Task to complete:
Scan the data below and pick out the lines containing the word "Polygon".

Stored items
- - - -

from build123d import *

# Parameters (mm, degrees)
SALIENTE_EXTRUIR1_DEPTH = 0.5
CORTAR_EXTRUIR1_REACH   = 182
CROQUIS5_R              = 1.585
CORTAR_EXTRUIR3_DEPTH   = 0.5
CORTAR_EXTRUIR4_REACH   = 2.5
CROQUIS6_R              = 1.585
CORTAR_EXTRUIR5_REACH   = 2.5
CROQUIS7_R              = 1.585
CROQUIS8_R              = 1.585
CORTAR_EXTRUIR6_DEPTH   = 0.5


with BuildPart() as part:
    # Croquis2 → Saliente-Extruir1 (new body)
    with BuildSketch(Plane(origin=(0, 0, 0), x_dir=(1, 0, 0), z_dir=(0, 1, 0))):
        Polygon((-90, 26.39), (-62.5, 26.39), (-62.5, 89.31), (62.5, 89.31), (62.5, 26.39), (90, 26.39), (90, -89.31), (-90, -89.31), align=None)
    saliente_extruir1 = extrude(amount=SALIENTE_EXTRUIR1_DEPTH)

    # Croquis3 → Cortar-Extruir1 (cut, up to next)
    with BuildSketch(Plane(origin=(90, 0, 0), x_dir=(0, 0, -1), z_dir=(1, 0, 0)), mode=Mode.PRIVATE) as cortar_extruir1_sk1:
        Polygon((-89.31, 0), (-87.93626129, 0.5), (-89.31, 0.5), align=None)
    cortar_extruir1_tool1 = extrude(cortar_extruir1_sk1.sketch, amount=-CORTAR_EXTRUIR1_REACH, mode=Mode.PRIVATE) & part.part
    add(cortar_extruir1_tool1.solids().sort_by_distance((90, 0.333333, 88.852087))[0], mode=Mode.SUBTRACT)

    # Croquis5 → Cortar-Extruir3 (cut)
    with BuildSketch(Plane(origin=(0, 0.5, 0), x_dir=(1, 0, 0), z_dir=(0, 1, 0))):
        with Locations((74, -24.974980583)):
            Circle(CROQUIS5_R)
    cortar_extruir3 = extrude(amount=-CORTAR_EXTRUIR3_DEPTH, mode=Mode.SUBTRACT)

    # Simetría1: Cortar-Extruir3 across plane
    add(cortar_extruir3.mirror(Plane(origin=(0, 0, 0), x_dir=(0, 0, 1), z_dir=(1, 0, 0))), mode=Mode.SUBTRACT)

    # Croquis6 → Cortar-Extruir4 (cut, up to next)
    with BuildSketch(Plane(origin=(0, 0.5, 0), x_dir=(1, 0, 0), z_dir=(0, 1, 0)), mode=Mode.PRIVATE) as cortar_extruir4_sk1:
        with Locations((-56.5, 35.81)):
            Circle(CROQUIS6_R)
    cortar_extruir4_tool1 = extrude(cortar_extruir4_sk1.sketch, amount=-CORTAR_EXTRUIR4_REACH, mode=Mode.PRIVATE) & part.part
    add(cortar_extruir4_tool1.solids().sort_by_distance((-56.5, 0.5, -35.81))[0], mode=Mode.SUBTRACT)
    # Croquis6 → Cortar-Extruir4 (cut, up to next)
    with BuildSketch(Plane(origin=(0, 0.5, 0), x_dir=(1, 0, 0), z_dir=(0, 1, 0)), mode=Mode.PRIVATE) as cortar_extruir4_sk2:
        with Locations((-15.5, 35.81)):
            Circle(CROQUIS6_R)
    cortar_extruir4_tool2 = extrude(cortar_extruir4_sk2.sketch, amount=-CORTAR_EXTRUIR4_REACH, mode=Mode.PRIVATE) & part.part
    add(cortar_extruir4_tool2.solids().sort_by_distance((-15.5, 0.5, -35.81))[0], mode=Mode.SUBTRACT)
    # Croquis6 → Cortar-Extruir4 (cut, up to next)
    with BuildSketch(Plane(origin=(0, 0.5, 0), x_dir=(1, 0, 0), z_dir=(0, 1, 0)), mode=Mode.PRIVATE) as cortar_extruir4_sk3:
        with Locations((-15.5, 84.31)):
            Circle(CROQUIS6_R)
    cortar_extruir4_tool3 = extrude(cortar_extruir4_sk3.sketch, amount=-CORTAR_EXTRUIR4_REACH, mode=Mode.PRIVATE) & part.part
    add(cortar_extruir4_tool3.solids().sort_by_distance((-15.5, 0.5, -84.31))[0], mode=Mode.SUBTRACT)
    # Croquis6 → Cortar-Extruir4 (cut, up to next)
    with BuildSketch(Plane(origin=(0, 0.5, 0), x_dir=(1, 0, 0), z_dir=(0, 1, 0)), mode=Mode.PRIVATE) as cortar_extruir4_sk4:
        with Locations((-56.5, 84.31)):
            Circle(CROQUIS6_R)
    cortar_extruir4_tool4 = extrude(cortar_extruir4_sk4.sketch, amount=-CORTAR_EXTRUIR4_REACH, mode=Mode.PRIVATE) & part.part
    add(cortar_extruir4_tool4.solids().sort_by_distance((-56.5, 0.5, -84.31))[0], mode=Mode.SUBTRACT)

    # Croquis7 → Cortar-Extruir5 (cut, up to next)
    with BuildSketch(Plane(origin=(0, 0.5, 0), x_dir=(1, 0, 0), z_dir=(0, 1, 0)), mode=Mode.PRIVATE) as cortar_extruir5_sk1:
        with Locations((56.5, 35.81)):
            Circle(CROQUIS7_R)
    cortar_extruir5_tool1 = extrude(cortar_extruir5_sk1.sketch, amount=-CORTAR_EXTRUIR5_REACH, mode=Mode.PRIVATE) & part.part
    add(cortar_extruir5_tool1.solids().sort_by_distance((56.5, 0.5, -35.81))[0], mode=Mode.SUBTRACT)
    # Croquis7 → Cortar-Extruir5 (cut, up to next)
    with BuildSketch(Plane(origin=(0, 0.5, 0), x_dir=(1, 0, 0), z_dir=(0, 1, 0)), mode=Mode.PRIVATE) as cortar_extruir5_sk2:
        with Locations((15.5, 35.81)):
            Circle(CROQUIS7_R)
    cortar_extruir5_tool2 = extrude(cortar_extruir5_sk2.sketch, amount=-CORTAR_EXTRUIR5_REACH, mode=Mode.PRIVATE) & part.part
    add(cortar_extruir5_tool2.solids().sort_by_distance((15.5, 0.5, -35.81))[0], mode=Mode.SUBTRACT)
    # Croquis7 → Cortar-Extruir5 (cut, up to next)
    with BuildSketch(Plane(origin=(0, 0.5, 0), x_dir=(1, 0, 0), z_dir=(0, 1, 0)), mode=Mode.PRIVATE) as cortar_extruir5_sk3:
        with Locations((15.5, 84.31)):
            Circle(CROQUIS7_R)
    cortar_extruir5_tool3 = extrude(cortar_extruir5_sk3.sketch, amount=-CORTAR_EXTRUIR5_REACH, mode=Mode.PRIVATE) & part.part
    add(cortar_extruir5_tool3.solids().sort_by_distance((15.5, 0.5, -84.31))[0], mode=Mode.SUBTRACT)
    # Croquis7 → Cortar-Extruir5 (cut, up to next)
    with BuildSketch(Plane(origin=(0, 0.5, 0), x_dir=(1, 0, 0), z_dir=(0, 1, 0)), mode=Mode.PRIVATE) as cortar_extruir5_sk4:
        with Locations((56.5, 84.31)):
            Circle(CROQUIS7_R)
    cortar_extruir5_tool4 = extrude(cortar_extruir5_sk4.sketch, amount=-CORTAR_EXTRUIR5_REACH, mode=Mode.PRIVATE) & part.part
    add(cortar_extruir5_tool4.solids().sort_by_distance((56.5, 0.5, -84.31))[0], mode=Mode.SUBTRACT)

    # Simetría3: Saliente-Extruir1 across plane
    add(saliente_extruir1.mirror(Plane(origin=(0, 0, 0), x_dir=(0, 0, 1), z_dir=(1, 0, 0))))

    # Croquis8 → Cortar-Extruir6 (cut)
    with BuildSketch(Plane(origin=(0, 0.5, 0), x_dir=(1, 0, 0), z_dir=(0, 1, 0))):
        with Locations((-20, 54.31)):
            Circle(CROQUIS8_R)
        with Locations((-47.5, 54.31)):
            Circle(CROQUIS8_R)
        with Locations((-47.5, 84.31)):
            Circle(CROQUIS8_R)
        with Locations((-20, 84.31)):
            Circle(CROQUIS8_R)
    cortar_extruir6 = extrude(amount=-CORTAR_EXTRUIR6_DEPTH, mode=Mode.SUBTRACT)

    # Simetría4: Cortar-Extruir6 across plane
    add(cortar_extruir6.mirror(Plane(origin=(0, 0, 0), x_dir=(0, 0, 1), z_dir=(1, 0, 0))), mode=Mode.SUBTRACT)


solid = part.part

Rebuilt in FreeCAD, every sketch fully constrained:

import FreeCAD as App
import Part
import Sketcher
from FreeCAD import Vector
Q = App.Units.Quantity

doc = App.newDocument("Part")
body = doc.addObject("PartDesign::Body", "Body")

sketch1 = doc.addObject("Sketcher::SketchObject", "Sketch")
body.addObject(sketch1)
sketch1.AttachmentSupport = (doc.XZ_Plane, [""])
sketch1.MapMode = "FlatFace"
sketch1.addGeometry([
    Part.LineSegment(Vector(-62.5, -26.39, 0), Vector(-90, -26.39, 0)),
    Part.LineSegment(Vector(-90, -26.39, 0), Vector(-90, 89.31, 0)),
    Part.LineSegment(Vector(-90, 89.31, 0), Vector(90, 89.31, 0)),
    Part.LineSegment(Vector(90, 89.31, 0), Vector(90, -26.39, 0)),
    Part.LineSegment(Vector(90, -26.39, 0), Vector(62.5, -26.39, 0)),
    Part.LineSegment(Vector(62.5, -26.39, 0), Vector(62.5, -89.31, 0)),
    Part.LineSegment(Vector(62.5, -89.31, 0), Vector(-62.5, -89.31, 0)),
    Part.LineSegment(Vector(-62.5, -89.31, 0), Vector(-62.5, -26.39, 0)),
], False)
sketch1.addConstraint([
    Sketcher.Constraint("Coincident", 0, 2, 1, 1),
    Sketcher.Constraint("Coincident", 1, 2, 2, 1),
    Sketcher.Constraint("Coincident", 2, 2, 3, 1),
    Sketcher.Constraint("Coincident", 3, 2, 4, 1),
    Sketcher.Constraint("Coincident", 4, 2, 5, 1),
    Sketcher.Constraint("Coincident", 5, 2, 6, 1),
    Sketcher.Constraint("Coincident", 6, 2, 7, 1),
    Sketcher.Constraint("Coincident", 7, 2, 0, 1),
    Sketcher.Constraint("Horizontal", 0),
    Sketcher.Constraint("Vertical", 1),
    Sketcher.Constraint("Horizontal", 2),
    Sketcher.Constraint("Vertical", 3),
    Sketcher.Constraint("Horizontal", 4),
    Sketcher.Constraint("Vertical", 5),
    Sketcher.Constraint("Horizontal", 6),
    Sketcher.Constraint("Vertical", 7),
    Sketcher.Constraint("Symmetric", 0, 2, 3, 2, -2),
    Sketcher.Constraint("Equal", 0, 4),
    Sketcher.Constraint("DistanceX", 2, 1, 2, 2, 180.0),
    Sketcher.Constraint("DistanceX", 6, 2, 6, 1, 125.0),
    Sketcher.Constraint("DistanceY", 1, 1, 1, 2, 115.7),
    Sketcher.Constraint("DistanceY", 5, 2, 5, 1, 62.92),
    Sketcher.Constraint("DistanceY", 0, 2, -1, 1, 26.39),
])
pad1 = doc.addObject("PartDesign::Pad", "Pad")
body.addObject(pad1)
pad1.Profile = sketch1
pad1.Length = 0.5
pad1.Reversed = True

- - - -

Answer to this task:
        Polygon((-90, 26.39), (-62.5, 26.39), (-62.5, 89.31), (62.5, 89.31), (62.5, 26.39), (90, 26.39), (90, -89.31), (-90, -89.31), align=None)
        Polygon((-89.31, 0), (-87.93626129, 0.5), (-89.31, 0.5), align=None)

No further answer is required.